Etwas in der Hinterhand zu haben, das war für Anna-Maria Schneider und ihren Mann Uwe Schneider der Grund, das Nabelschnurblut ihres Sohnes einlagern zu lassen. Dabei setzte die Familie auf Informationen und den Rat von Ärzten – schließlich war die Stammzellforschung vor vier Jahren noch nicht an den heutigen Ergebnissen zu messen. Ein Blick hinter die Kulissen einer Nabelschnurblutbank hat Anna-Maria Schneider schlussendlich komplett überzeugt. Ihr Resümee: ”Ich würde es auch bei meinem zweiten Kind wieder tun.”
Warum haben sie sich dafür entschieden, das Nabelschnurblut Ihres Kindes einzulagern?
Nun, mein Mann und ich haben beschlossen, das Nabelschnurblut aufzubewahren, um unserem Kind im Notfall alle medizinischen Möglichkeiten offen zu halten. Natürlich hoffen wir, dass dieser Fall nie eintritt.
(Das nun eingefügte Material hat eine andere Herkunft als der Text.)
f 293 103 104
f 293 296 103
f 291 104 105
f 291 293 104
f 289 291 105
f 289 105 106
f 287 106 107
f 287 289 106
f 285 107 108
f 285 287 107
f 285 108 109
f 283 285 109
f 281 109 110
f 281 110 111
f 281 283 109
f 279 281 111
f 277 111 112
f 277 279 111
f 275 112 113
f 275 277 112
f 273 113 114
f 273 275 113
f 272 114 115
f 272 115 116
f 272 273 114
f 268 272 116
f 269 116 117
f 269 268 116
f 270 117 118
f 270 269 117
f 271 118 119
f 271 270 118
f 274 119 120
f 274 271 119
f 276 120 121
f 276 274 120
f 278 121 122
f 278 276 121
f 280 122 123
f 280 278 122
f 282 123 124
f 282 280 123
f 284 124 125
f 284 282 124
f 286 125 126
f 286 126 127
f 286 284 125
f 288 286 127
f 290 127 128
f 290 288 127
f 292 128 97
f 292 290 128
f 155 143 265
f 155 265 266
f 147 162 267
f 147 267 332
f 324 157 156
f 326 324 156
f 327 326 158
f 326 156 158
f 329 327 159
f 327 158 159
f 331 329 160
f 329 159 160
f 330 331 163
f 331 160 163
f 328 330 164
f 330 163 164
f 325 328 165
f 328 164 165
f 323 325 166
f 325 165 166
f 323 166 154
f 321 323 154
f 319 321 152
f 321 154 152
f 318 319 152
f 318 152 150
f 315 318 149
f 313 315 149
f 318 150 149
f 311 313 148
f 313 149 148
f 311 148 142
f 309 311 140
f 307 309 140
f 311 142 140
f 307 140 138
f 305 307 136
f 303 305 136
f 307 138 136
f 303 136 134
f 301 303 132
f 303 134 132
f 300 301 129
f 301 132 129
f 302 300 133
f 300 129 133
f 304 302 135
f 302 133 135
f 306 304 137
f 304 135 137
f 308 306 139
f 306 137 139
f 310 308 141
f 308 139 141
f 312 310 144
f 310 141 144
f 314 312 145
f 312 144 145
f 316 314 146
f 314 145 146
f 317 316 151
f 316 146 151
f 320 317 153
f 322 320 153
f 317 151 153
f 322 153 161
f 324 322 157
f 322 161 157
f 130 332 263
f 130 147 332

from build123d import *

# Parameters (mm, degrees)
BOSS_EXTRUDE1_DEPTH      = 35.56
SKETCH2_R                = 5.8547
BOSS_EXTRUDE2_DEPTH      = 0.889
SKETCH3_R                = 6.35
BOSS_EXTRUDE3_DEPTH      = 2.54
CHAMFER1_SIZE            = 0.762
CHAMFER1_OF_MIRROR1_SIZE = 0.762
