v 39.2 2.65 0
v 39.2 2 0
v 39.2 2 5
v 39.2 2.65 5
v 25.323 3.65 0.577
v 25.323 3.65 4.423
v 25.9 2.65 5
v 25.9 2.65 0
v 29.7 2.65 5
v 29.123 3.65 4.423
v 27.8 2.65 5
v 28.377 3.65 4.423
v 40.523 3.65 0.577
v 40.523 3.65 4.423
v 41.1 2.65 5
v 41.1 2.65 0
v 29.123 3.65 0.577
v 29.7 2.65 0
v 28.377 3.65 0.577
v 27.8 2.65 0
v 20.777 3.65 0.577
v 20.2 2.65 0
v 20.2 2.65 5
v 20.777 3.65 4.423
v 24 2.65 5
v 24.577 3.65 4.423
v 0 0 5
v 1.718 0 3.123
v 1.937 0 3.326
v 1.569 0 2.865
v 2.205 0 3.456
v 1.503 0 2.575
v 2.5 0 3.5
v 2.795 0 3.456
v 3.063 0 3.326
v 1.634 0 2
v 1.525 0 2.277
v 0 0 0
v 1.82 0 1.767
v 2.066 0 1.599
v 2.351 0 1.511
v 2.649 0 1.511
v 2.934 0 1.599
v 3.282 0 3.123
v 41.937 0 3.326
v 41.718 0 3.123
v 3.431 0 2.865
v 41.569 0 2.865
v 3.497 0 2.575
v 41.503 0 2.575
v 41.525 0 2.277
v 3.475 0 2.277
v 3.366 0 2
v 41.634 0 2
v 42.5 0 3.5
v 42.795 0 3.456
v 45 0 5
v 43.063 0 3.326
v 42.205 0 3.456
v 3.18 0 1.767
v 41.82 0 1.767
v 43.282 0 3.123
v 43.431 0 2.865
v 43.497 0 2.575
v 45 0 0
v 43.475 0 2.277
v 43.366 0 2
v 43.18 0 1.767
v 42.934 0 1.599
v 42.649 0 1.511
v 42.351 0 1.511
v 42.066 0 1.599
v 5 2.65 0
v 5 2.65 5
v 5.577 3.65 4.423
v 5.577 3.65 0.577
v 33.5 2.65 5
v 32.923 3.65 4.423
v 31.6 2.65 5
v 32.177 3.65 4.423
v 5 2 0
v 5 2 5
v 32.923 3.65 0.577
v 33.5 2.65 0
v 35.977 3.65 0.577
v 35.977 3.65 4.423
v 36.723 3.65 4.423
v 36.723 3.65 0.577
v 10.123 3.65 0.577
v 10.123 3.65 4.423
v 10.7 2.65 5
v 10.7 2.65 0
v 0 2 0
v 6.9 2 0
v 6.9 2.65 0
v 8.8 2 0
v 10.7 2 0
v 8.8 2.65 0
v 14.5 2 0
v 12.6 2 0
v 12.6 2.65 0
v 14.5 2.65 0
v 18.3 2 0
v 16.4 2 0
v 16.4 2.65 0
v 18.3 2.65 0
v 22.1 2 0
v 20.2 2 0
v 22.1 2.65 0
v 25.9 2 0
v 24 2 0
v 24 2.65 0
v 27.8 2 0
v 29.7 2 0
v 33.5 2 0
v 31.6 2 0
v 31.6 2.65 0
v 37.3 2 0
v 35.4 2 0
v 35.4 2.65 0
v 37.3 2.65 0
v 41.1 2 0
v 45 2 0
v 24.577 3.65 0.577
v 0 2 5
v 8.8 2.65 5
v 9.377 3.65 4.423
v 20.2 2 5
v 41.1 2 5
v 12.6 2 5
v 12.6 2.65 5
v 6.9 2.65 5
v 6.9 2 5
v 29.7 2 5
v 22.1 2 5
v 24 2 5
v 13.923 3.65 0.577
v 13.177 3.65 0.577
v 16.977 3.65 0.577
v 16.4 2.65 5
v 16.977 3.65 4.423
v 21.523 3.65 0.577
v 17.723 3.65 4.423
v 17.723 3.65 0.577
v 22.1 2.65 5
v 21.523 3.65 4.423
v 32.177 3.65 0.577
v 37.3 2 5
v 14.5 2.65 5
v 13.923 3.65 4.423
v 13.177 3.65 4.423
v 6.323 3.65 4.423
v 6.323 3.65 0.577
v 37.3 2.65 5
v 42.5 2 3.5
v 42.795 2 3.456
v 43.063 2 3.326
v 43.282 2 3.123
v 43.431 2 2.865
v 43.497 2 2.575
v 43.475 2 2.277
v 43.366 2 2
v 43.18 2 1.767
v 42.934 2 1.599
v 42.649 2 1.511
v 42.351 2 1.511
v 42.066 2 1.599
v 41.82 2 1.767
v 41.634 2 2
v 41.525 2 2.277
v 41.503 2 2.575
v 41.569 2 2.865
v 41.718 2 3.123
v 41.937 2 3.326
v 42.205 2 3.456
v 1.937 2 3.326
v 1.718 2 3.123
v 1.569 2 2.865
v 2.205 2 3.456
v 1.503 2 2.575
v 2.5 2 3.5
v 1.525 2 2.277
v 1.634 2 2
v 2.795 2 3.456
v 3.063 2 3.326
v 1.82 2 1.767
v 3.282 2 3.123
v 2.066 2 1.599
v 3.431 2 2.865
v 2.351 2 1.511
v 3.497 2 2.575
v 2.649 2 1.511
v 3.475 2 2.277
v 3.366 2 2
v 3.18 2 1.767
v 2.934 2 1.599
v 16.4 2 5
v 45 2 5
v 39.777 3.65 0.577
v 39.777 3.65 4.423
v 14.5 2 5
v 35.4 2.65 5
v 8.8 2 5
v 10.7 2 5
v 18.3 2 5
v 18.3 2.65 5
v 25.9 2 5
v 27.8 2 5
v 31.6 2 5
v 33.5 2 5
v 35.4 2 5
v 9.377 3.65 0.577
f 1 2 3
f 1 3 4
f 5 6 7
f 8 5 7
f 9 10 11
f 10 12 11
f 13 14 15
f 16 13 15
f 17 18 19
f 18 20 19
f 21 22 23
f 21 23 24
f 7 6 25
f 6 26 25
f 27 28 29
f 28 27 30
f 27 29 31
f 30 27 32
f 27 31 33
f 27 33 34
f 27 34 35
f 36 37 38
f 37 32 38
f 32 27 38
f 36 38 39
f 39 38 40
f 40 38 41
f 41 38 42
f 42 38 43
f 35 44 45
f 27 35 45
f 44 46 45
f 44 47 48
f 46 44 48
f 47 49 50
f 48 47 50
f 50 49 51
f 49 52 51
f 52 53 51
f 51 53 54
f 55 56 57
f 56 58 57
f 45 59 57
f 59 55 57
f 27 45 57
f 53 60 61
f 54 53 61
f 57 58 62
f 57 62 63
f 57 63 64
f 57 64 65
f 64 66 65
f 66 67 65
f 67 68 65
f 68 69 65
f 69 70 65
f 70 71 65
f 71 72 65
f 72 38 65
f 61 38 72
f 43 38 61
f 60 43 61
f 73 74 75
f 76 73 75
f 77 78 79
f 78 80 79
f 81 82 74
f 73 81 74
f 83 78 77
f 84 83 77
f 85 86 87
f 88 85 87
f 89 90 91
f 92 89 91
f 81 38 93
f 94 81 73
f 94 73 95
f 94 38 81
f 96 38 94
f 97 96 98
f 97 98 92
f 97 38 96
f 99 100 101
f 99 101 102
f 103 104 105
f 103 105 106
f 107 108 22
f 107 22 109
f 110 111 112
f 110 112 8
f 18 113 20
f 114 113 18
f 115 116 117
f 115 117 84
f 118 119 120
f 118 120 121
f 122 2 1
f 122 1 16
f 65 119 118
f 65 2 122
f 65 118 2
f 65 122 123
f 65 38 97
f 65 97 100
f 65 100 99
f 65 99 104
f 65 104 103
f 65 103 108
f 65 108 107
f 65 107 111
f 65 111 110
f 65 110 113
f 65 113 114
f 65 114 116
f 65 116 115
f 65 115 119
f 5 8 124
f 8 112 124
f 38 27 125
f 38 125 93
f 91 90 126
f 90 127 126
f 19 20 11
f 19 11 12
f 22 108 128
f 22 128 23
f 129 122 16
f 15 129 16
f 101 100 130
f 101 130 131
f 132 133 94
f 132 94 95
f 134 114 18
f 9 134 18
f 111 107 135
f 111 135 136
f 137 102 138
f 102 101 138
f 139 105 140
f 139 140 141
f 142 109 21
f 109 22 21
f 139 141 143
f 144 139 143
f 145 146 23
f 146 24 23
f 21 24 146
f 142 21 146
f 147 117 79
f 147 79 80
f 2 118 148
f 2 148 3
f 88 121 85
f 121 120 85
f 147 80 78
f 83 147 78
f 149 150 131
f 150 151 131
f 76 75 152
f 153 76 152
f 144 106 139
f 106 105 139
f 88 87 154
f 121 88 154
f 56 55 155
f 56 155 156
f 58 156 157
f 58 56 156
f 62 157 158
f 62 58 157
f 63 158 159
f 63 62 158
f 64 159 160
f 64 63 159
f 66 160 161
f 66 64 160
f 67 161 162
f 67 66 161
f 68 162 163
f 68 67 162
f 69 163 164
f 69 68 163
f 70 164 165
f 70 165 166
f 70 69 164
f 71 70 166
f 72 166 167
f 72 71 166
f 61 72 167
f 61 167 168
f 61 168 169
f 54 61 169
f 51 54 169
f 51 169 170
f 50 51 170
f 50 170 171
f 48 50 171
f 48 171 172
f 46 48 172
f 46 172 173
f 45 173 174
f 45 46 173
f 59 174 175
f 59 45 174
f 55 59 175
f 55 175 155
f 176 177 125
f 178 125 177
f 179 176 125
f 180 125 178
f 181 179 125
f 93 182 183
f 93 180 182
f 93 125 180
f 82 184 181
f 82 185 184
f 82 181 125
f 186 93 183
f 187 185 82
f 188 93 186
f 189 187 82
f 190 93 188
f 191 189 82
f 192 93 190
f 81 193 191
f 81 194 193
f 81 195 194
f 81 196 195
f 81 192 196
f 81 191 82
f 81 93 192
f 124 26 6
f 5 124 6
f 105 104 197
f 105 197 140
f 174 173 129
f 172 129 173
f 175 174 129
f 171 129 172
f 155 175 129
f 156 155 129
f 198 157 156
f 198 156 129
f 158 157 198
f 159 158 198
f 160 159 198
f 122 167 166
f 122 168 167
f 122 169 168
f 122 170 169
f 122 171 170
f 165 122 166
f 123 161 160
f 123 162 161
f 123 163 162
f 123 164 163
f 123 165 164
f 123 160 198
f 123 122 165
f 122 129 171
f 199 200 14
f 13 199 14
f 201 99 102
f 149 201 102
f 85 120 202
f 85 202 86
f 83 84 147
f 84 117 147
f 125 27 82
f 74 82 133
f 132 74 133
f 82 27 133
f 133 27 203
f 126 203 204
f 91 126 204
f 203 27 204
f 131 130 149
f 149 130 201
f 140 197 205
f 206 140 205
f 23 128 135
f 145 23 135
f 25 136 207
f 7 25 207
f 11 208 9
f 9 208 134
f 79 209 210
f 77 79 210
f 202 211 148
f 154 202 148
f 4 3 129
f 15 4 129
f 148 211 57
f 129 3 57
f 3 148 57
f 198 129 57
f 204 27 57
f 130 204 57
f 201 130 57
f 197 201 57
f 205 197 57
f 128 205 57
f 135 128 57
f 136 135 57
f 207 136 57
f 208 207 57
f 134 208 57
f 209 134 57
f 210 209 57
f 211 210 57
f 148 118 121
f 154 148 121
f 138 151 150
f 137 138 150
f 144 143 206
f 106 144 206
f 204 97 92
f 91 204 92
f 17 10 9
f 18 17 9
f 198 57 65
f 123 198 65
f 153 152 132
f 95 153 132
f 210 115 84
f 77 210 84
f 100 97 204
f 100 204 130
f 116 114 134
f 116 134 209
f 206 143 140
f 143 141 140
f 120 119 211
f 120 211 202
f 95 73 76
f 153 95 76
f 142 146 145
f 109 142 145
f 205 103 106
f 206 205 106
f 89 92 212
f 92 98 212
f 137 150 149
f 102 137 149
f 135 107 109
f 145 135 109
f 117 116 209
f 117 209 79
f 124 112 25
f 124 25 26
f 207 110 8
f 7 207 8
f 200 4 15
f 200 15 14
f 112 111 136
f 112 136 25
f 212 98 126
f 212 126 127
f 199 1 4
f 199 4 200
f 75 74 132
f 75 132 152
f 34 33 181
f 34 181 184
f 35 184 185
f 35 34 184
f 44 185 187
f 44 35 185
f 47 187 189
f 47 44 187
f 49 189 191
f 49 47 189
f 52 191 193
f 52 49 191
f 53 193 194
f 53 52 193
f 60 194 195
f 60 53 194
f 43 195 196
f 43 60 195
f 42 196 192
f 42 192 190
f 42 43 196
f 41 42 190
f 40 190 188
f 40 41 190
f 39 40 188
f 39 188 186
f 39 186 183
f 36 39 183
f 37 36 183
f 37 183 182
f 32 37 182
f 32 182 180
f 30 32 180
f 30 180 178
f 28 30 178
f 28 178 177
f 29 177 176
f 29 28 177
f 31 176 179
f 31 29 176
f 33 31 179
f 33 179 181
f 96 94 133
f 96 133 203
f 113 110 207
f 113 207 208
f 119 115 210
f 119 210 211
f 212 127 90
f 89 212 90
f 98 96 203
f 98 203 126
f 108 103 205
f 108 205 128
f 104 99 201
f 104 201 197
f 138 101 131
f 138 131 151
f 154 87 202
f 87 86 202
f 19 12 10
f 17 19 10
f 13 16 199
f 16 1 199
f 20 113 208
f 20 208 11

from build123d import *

# Parameters (mm, degrees)
SKETCH1_W                    = 45
SKETCH1_H                    = 5
SKETCH1_R                    = 1
BOSS_EXTRUDE1_DEPTH          = 2
SKETCH2_W                    = 1.9
SKETCH2_H                    = 1.65
BOSS_EXTRUDE2_DEPTH          = 5
CHAMFER1_SIZE                = 1
CHAMFER1_SIZE_2              = 0.577350269
LPATTERN1_COUNT              = 10
LPATTERN1_PITCH              = 3.8
CHAMFER1_OF_LPATTERN1_SIZE   = 1
CHAMFER1_OF_LPATTERN1_SIZE_2 = 0.577350269


with BuildPart() as part:
    # Sketch1 → Boss-Extrude1 (new body)
    with BuildSketch(Plane(origin=(0, 0, 0), x_dir=(1, 0, 0), z_dir=(0, 1, 0))):
        with Locations((22.5, -2.5)):
            Rectangle(SKETCH1_W, SKETCH1_H)
        with Locations(Location((2.5, -2.5, 0), (0, 0, 270))):
            Circle(SKETCH1_R, mode=Mode.SUBTRACT)
        with Locations(Location((42.5, -2.5, 0), (0, 0, 270))):
            Circle(SKETCH1_R, mode=Mode.SUBTRACT)
    extrude(amount=BOSS_EXTRUDE1_DEPTH)

    # Sketch2 → Boss-Extrude2 (add)
    with BuildSketch(Plane.XY.offset(5)):
        with Locations((5.95, 2.825)):
            Rectangle(SKETCH2_W, SKETCH2_H)
    boss_extrude2 = extrude(amount=-BOSS_EXTRUDE2_DEPTH)

    # Chamfer1
    # the kernel refuses this chamfer: 1, 0.577350269 mm, written as the material it takes off along each edge
    with BuildSketch(Plane(origin=(2.412914245, 3.65, 0), x_dir=(0, -0.9998132206222079, -0.019326765612700737), z_dir=(1, 0, 0))) as chamfer1_piece_1:
        Polygon((CHAMFER1_SIZE * 0.999813220622, -CHAMFER1_SIZE * 0.0193267656127), (-CHAMFER1_SIZE_2 * 0.019326765619, -CHAMFER1_SIZE_2 * 0.999813220951), (0, 0), align=None)
    extrude(amount=7.074171509, mode=Mode.SUBTRACT)
    with BuildSketch(Plane(origin=(2.412914245, 3.65, 5), x_dir=(0, -0.9998132206222079, 0.01932676561270115), z_dir=(1, 0, 0))) as chamfer1_piece_2:
        Polygon((CHAMFER1_SIZE * 0.999813220622, CHAMFER1_SIZE * 0.0193267656127), (-CHAMFER1_SIZE_2 * 0.019326765619, CHAMFER1_SIZE_2 * 0.999813220951), (0, 0), align=None)
    extrude(amount=7.074171509, mode=Mode.SUBTRACT)
    with BuildSketch(Plane(origin=(6.9, 3.65, 7.587085755), x_dir=(-0.9983227437537925, 0.0578938624026711, 0), z_dir=(0, 0, -1))) as chamfer1_piece_3:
Wie haben Sie von dieser Vorsorgemöglichkeit erfahren?
Wir haben uns belesen, denn gerade wenn eine Frau schwanger ist, konsumiert sie allerhand Literatur. Durch Werbung einer Nabelschnurblutbank wurde ich auf die Möglichkeit, Nabelschnurblut einzulagern, aufmerksam. Man muss dazu sagen, dass das ganze Thema zu diesem Zeitpunkt noch sehr umstritten war. Es gab sehr viele Fürsprecher, aber eben auch viele Gegner. Diese ganze Sache hat uns dazu gebracht, uns zu informieren und schlau zu machen. Wir sind der Frage nachgegangen: Was bedeutet es, das Nabelschnurblut seines Kindes zu konservieren? Natürlich haben wir dabei auch Ärzte, Freunde und Familie einbezogen und uns Rat geholt.
Das heißt, Sie haben sich nicht von den negativen Meinungen zur Einlagerung von Nabelschnurblut beeinflussen lassen?
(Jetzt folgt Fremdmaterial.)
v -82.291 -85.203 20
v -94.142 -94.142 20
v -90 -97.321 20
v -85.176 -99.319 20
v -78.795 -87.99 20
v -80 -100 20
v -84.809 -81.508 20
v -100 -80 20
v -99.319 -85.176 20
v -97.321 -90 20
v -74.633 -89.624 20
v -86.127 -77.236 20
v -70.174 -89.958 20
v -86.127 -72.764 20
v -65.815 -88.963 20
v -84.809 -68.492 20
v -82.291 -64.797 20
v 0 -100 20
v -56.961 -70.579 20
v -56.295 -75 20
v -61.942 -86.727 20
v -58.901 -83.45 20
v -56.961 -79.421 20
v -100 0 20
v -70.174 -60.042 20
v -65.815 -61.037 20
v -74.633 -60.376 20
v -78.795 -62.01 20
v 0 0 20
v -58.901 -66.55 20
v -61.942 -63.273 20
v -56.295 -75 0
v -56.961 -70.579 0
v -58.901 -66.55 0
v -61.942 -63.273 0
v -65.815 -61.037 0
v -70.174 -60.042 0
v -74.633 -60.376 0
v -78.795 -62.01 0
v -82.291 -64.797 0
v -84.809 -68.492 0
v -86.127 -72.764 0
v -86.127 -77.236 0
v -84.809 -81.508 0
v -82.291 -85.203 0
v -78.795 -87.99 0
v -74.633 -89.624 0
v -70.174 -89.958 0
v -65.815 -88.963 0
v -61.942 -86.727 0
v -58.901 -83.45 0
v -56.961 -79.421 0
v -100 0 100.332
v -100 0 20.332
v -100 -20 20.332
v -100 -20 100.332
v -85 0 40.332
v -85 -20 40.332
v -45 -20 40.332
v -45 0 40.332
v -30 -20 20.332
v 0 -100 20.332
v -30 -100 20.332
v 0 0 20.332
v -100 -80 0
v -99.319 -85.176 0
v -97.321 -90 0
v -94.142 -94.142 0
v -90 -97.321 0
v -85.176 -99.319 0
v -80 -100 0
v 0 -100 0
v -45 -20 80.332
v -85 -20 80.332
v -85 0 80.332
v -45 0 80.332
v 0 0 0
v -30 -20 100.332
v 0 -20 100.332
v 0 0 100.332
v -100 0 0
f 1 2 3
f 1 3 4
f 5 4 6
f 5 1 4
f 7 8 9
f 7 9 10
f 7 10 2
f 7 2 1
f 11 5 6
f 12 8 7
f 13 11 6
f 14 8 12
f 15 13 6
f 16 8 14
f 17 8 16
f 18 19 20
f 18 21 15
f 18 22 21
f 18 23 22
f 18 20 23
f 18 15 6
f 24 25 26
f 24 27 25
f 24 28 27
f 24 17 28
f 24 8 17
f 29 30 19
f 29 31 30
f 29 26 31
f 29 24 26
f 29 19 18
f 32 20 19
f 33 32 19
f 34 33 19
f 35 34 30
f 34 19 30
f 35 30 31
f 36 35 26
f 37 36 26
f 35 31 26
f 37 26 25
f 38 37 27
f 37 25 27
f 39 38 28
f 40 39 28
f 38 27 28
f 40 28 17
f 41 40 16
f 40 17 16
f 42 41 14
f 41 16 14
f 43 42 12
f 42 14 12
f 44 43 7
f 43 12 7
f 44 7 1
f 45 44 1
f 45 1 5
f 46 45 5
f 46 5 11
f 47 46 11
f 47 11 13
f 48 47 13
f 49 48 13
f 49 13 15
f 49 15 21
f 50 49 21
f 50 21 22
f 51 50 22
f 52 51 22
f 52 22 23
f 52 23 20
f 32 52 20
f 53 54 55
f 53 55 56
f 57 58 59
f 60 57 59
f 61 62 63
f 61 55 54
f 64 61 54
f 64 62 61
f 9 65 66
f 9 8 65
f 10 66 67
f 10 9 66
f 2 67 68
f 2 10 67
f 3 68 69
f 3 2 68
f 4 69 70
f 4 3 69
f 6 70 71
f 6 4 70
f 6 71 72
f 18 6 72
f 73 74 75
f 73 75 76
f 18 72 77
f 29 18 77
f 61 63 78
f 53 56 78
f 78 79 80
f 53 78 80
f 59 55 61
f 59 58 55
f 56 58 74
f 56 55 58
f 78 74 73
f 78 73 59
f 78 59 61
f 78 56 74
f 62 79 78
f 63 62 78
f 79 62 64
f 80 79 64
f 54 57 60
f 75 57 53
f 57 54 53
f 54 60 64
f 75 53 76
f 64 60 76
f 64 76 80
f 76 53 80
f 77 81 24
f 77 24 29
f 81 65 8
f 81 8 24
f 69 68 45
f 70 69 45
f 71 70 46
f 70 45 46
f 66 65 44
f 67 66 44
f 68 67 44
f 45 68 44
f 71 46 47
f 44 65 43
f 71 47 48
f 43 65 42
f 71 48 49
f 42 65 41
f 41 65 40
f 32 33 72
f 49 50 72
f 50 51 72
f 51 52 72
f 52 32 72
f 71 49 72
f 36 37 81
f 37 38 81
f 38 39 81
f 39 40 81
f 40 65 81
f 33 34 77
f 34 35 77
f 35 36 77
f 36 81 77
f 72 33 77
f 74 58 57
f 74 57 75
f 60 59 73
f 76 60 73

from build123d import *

# Parameters (mm, degrees)
F0_W      = 100
F0_H      = 100
F1_DEPTH  = 20
F2_W      = 100
F2_H      = 80
F3_DEPTH  = 20
F4_R      = 15
F5_DEPTH  = 22
F6_W      = 80
F6_H      = 80
F7_DEPTH  = 30
F8_SIZE   = 79.99999
F9_R      = 20
F10_W     = 40
F10_H     = 40
F11_DEPTH = 25


# Not quite as in the source:
# - a fillet or chamfer is up to 0.001 mm smaller than in the source, because OpenCascade refuses the exact size


with BuildPart() as f1:
    # F0 (on Top) → F1 (new body)
    with BuildSketch(Plane.XY):
        with Locations((-50, -50)):
            Rectangle(F0_W, F0_H)
    extrude(amount=F1_DEPTH)

    # F4 (on face) → F5 (cut)
    with BuildSketch(Plane.XY.offset(20)):
        with Locations((-71.2947770953, -75)):
            Circle(F4_R)
    extrude(amount=-F5_DEPTH, mode=Mode.SUBTRACT)

    # F9
    f9_edges = [f1.edges().sort_by_distance(p)[0] for p in [
        (-100, -100, 10),
    ]]
    fillet(f9_edges, radius=F9_R)


with BuildPart() as f3:
    # F2 (on Front) → F3 (new body)
    with BuildSketch(Plane.XZ):
        with Locations((-50, 60.3316903863)):
            Rectangle(F2_W, F2_H)
    extrude(amount=F3_DEPTH)

    # F6 (on face) → F7 (join)
    with BuildSketch(Plane.YZ):
        with Locations((-60, 60.3316903863)):
            Rectangle(F6_W, F6_H)
    extrude(amount=-F7_DEPTH)

    # F8 (size 80 in the source; OpenCascade refuses exactly that, so slightly less here)
    f8_edges = [f3.edges().sort_by_distance(p)[0] for p in [
        (-15, -100, 100.33169),
    ]]
    chamfer(f8_edges, length=F8_SIZE)

    # F10 (on face) → F11 (cut)
    with BuildSketch(Plane.XZ.offset(20)):
        with Locations((-65, 60.3316903863)):
            Rectangle(F10_W, F10_H)
    extrude(amount=-F11_DEPTH, mode=Mode.SUBTRACT)


solid = Compound([f1.part, f3.part])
Natürlich wollen werdende Eltern in erster Linie eines: das Beste für ihr neugeborenes Kind. Und dabei muss man auch abwägen, was das günstigste für das Baby ist. Die Informationen, die wir bekommen haben, haben uns darin bestärkt, das Nabelschnurblut dauerhaft einlagern zu lassen. Auch dann, wenn es vielleicht jetzt noch nicht in voller Gänze genutzt werden kann, aber es perspektivisch für uns eine lohnenswerte Sache ist. Wenn man bedenkt, was sich in den letzten zehn Jahren in der Stammzellforschung getan hat, dann hat das einen immensen Einfluss auf unsere Entscheidung.
Sie beobachten die Entwicklungen der Stammzellforschung also weiterhin. Finden Sie, dass sich seit der Geburt Ihres Sohnes die Informationen zum Thema Nabelschnurblut verändert haben?
Ich persönlich denke, dass die Informationen in erster Linie leichter zugänglich sind. Zudem wird das Thema selbst – also die Einlagerung von Nabelschnurblut – differenzierter betrachtet. Man setzt mittlerweile auf die Erfahrungen, die man in der Stammzellforschung gemacht hat und kann dadurch auch auf positive Ergebnisse zurückgreifen. Die Grundlage ist eben heute eine andere als noch vor wenigen Jahren. Trotzdem spielen natürlich die Eltern selbst dabei eine wichtige Rolle, also wie zugänglich sind sie für das Thema ”Nabelschnurblut einlagern” oder ”Stammzellforschung”. Sie müssen sich damit auseinandersetzen und eben auch Ärzte dazu befragen.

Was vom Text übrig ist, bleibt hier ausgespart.